Further amend these results with the HGNC gene symbols and extract the data from the DESeq2 data as a single file with the ENSEMBL gene ID, HGNC symbol, baseMean expression, and a differential expression data for all of the constructs with log two-fold change and raw and adjusted P values. Assess the successful batch normalization and interest sample similarity, and use the code to use the regularized log normalized counts to check the sample clustering with principal components analysis and a sample-to-sample distance plots. Use the regularized log normalized counts to extract the 1, 000 most variable genes into a matrix and use a heat map to perform an unsupervised hierarchical clustering of the samples based on these genes.
To extract the clusters of interest from the dendrogram, decide what level of the dendrogram clusters of interests appear and set K equal to the number of clusters at that level. To determine which clusters are of interest, re-plot the heat map ordered by cluster and export the list of genes associated with each cluster in a table, then use an appropriate bioinformatic tool to identify the biological roles for the different clusters of genes identified and compared between the classes. In this representative analysis an effective knockdown and rescue with the positive and negative constructs can be observed.

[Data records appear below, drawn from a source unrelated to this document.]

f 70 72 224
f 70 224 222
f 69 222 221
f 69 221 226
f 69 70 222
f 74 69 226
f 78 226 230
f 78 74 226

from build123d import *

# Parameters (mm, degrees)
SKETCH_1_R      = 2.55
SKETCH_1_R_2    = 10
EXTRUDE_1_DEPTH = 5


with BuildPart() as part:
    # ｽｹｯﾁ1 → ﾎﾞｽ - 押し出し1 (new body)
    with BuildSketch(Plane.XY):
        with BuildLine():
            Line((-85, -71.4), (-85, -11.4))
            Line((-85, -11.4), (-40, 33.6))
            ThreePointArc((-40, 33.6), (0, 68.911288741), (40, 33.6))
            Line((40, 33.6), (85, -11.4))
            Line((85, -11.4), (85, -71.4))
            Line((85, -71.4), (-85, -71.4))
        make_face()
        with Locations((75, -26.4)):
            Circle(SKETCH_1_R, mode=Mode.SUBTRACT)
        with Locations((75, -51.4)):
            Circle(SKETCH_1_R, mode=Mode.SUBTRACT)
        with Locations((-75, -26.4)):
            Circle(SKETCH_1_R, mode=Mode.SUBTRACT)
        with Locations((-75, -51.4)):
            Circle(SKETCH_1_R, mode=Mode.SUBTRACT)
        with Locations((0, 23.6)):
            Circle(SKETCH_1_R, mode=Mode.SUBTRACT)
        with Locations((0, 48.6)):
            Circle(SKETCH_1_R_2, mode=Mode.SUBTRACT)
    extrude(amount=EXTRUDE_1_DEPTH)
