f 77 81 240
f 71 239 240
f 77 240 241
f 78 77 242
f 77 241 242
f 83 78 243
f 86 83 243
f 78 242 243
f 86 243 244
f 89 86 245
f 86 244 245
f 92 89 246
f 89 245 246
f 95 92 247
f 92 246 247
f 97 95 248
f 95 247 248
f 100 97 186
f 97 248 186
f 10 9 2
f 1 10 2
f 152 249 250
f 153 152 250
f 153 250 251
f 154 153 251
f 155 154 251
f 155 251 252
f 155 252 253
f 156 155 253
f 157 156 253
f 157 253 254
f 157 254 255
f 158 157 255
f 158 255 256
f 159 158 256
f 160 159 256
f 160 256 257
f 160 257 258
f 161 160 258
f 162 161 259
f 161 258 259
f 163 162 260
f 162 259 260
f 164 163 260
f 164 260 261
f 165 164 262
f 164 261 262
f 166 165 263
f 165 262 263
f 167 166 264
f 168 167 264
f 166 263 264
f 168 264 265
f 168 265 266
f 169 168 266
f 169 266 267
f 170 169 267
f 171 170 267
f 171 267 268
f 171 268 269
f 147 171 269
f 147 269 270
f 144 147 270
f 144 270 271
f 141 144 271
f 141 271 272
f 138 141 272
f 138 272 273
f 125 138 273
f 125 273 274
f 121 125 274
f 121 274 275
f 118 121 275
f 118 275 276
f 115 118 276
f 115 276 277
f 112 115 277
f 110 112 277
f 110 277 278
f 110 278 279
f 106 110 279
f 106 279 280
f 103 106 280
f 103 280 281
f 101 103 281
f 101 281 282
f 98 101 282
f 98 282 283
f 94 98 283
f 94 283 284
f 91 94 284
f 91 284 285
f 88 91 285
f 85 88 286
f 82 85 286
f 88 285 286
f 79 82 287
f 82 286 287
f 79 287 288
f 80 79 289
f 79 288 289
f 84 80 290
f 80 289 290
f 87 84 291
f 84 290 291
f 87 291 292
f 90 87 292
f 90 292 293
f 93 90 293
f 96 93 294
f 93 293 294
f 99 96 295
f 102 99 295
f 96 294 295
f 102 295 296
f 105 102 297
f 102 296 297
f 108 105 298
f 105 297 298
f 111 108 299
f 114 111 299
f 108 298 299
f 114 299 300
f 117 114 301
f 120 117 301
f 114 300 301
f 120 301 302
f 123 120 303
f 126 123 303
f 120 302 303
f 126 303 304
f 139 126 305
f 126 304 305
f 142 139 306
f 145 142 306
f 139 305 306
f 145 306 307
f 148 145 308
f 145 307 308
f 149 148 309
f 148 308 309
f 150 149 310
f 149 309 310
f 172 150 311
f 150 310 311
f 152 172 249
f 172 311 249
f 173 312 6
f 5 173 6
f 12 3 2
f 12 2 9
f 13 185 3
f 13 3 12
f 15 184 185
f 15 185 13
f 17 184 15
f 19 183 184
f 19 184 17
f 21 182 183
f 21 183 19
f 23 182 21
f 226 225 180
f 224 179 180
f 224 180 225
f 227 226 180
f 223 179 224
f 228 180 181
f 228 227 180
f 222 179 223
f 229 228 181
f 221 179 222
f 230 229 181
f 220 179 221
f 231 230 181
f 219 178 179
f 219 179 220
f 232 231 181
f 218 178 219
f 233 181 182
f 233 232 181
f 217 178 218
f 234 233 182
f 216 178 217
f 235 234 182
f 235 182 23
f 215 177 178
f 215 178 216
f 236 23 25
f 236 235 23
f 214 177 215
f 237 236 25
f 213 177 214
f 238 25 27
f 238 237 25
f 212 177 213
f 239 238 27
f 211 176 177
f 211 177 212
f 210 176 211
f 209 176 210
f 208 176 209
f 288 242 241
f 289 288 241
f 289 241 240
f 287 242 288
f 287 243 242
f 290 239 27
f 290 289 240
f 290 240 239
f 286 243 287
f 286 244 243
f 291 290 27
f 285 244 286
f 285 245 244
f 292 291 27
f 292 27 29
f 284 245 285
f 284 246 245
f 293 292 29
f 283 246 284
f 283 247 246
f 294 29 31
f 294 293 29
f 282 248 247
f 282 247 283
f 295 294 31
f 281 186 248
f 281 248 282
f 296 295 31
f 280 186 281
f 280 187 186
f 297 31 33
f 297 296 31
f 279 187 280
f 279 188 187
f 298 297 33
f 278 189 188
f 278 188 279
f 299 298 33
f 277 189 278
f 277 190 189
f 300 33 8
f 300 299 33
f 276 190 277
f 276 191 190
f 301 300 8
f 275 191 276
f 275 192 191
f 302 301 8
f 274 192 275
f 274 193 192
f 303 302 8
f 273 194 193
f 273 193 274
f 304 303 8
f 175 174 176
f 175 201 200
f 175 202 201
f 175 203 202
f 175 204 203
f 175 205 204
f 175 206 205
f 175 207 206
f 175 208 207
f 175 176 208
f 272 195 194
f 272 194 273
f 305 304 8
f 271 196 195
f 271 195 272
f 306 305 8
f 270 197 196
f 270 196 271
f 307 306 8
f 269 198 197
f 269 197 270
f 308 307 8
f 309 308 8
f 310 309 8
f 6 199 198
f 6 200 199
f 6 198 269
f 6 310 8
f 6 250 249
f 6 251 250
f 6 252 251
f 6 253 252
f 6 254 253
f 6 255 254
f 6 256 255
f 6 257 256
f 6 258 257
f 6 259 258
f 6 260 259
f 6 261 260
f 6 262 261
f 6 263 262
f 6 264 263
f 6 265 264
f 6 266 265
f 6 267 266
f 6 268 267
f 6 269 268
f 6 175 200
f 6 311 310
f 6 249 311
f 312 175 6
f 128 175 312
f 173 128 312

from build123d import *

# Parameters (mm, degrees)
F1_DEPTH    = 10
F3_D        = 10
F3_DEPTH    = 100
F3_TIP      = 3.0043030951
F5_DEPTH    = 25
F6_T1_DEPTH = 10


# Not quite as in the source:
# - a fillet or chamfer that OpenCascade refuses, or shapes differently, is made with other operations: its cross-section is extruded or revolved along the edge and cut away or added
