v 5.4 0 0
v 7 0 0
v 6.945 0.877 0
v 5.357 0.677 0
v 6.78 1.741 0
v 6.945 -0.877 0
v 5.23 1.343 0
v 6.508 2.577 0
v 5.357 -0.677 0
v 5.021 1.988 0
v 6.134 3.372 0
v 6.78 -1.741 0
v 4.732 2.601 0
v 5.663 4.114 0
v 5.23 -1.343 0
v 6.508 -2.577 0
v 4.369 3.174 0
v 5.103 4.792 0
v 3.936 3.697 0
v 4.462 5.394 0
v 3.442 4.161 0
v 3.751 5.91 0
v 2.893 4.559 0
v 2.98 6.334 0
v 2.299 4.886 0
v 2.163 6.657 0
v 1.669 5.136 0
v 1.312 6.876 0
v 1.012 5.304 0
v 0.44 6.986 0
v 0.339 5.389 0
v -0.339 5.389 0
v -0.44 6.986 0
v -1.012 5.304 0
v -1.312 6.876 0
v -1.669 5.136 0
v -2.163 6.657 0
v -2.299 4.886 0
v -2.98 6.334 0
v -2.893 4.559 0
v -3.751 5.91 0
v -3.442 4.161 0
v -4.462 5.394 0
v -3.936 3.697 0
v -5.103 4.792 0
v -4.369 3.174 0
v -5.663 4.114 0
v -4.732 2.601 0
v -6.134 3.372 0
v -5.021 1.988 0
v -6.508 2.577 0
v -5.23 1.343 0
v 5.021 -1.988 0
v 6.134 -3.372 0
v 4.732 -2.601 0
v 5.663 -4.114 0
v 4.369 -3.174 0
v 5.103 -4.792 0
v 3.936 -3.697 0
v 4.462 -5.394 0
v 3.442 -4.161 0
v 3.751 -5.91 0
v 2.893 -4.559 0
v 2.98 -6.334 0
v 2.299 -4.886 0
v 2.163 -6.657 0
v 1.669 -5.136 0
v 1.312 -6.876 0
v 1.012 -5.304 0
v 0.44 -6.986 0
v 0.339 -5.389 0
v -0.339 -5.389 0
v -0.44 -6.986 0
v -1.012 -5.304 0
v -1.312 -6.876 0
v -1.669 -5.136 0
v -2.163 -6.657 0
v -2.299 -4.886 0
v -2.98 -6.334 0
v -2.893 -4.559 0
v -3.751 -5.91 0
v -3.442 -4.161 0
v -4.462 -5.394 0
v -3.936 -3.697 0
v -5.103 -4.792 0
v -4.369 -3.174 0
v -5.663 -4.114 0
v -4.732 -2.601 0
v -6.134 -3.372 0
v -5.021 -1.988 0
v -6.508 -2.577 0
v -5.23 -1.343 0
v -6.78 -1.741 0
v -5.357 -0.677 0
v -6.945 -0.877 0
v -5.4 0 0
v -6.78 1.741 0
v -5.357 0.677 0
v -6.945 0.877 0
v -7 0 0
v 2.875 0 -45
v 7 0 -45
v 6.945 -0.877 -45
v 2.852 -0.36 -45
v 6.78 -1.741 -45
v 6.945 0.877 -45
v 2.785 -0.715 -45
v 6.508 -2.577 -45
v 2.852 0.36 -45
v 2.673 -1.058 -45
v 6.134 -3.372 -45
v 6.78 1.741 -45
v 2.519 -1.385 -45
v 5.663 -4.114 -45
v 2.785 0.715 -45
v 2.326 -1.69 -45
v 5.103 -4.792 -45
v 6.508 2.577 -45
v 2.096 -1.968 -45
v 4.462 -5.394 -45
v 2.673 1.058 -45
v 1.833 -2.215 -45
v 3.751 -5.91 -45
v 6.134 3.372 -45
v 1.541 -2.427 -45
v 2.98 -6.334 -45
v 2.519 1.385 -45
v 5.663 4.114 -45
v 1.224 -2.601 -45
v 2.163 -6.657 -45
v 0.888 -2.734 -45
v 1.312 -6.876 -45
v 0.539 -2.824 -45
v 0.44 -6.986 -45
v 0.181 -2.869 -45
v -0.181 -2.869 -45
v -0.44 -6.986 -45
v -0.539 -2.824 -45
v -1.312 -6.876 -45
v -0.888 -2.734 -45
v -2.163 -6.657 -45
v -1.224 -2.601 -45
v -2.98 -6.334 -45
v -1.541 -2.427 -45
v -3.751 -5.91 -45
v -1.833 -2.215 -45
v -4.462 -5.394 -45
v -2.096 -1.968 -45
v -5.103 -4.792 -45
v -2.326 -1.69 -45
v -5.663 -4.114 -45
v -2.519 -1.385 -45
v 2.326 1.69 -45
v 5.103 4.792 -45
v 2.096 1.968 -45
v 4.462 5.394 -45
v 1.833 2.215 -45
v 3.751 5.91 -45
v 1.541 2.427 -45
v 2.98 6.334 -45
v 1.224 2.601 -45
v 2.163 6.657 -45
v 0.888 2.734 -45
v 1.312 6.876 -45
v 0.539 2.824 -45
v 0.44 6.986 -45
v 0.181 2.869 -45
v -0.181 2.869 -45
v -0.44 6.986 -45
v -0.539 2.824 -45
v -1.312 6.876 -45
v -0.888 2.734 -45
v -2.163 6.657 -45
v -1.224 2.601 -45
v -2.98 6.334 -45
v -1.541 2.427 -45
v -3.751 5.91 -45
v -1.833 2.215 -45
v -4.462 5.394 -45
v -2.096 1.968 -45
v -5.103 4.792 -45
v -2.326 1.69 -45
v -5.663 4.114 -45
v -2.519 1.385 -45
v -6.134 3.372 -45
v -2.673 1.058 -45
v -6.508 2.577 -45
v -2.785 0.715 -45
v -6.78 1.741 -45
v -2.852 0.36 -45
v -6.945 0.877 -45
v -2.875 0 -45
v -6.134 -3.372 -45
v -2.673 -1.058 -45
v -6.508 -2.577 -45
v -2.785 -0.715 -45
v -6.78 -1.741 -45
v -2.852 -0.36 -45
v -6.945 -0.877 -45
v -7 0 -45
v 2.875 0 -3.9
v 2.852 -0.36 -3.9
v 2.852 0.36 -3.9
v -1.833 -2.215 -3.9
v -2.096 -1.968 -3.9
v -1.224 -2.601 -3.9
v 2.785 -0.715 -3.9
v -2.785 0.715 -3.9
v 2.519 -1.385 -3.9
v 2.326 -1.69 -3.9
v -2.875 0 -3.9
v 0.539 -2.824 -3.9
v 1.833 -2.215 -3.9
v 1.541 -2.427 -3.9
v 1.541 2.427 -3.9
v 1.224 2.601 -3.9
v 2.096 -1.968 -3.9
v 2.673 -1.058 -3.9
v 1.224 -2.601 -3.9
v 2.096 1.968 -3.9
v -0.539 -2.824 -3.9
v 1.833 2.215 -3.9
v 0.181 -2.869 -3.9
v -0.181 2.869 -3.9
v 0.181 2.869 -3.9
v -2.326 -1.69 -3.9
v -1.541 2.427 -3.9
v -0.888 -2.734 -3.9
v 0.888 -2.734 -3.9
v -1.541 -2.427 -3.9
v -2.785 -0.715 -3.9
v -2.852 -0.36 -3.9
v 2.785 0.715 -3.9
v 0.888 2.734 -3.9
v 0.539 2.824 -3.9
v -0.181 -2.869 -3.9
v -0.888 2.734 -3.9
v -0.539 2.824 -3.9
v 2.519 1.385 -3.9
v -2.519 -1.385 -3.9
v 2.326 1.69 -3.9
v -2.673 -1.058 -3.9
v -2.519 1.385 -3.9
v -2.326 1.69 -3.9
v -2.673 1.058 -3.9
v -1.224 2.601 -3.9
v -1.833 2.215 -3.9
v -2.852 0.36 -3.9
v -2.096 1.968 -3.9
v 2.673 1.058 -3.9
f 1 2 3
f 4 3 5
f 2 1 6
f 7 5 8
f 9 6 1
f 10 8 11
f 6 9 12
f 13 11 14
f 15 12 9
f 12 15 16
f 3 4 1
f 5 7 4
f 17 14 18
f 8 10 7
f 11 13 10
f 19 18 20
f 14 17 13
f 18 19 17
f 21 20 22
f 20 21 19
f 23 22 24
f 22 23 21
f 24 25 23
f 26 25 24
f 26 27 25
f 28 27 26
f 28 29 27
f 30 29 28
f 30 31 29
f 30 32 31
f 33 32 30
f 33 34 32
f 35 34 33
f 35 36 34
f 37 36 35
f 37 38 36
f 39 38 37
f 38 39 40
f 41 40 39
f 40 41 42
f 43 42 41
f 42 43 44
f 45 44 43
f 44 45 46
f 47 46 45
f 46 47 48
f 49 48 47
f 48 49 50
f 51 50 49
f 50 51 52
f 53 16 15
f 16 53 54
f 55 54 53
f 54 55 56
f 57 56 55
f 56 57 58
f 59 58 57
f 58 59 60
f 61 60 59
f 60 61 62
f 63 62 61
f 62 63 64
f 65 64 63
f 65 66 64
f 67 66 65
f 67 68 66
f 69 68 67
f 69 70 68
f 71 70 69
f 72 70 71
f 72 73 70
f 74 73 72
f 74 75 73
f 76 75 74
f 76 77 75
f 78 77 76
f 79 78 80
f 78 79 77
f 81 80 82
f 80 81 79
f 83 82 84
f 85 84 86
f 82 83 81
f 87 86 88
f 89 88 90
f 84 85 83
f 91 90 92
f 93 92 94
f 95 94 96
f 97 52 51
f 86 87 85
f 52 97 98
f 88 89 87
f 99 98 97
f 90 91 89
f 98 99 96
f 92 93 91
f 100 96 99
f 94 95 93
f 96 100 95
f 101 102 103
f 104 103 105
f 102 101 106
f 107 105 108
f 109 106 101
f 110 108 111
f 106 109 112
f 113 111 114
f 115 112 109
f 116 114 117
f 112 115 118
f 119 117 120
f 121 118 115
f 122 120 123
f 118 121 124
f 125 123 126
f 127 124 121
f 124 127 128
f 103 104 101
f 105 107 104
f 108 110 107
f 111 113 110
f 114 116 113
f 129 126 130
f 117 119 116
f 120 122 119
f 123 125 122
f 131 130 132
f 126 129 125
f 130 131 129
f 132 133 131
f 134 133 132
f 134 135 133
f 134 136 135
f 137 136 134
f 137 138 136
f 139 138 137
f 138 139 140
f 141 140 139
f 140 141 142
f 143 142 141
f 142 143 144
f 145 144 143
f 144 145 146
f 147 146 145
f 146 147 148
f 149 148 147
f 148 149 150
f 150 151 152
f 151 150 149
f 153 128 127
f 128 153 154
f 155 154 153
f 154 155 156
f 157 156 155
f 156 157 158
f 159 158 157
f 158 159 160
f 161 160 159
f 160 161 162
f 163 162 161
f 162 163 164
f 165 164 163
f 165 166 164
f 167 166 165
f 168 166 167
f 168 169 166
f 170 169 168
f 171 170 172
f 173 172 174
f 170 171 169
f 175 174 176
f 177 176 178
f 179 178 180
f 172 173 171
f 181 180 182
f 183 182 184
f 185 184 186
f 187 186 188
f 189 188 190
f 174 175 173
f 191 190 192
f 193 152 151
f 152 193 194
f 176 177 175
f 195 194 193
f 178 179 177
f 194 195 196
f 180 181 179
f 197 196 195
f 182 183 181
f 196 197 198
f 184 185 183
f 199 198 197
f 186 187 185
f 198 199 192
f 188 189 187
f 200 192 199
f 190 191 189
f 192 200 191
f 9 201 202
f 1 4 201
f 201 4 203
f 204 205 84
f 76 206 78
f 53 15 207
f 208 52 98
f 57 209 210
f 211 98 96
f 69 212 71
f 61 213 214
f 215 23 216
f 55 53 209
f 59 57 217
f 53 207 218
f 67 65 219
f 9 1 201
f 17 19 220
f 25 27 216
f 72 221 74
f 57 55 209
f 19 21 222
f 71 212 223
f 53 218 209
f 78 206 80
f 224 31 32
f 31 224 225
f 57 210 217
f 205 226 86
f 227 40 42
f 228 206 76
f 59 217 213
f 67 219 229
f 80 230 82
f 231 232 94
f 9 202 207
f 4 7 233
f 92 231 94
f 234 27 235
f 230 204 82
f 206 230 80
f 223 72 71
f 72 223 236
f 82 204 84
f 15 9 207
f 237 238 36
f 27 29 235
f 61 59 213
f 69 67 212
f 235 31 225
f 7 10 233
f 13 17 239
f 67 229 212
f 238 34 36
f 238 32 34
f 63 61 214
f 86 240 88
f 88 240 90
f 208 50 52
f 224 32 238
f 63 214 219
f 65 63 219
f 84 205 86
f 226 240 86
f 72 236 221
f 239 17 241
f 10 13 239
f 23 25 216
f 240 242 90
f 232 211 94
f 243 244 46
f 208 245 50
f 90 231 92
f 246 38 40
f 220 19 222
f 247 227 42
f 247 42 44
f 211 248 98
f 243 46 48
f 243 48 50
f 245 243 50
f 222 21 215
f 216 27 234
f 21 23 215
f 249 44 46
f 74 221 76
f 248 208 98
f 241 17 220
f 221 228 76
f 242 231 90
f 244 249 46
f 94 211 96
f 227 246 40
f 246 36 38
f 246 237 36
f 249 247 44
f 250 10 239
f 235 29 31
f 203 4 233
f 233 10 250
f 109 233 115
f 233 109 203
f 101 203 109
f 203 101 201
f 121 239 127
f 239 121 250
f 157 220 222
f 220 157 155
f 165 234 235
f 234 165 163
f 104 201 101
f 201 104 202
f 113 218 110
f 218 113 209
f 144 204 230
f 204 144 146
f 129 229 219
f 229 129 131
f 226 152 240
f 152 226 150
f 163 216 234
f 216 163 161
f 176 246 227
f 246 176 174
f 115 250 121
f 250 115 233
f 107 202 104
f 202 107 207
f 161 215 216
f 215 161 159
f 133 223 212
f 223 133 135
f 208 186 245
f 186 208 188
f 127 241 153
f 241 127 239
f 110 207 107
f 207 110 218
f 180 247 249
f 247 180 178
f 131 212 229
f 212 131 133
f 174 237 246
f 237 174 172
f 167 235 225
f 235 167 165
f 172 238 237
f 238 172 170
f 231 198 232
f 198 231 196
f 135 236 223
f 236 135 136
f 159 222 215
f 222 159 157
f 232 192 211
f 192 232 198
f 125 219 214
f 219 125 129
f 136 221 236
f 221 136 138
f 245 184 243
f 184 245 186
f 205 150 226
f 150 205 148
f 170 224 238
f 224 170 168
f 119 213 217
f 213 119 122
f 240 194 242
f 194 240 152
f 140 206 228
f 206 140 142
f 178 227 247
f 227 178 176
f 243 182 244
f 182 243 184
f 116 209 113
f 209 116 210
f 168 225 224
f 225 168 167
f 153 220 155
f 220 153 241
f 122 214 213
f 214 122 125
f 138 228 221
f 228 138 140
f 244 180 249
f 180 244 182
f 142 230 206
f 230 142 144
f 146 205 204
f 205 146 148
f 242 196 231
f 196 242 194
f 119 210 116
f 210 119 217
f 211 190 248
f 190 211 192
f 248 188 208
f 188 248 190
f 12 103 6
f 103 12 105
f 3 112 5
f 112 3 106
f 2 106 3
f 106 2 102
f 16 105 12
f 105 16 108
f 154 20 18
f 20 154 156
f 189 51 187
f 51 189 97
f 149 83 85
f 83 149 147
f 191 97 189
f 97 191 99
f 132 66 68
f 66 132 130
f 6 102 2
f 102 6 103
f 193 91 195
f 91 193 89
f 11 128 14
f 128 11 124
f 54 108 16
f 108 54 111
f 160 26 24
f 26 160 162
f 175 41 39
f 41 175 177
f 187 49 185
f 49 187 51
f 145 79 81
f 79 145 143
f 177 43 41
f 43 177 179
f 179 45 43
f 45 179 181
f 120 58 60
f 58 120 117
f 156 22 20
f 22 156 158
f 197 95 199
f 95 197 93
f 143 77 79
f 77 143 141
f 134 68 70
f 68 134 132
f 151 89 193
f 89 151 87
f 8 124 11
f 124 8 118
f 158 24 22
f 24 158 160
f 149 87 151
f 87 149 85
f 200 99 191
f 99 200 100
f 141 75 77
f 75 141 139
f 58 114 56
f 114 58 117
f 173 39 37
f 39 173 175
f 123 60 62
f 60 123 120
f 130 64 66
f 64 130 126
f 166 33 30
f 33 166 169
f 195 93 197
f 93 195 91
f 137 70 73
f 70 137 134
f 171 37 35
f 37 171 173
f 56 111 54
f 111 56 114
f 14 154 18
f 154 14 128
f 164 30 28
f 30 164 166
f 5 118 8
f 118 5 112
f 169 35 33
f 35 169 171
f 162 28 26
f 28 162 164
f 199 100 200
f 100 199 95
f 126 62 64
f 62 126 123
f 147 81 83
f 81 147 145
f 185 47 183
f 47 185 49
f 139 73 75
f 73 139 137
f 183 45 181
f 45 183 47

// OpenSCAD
$fn = 50;


difference() {
	union() {
		translate(v = [0, 0, -45.0000000000]) {
			cylinder(h = 45, r = 7.0000000000);
		}
		cylinder(h = 0, r = 10.0000000000);
	}
	union() {
		translate(v = [0, 0, 0]) {
			rotate(a = [0, 0, 0]) {
				difference() {
					union() {
						#translate(v = [0, 0, -45.0000000000]) {
							cylinder(h = 45, r = 2.6000000000);
						}
						#translate(v = [0, 0, -3.9000000000]) {
							cylinder(h = 3.9000000000, r1 = 2.8750000000, r2 = 5.4000000000);
						}
						#translate(v = [0, 0, -45.0000000000]) {
							cylinder(h = 45, r = 2.8750000000);
						}
						#translate(v = [0, 0, -45.0000000000]) {
							cylinder(h = 45, r = 2.6000000000);
						}
					}
					union();
				}
			}
		}
	}
}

Note that DAF rescued cells failed to form colonies, suggesting impaired oncogenic transformation. Following completion of the replicant validation, phenotypic assays and initial RNA sequencing data processing gene counts can be obtained for all of the samples for batch normalization and analysis. DESeq2 without batch normalization can result in confounding batch defects, likely due to biological variability introduced by the passage of cells in culture and differences in the processing of each batch.
Following batch normalization, DESeq2 can be used to generate transcriptional profiles for the constructs of interest, relative to the baseline. Principal component analysis for these data suggests that the transcriptional profile of DAF is intermediate, between wild-type EWS/FLI and Delta 22, confirming partial function. Moreover, hierarchical clustering of the 1, 000 most variable genes across samples shows that DAF fails to repress EWS/FLI target genes, and only partially retains gene activation activity.
Top gene analysis suggests that the classes of genes that DAF activates are functionally distinct from those EWS/FLI activated targets where DAF is non-functional. Interestingly, DAF is most able to rescue GGAA-microsatellite activated genes, but unable to rescue activated genes near a high affinity site. Pairing the transcriptomic output with the relevant phenotypic assays completes the structure function analysis.
Researchers can also use other techniques to study the mechanistic drivers of different transcriptional functions.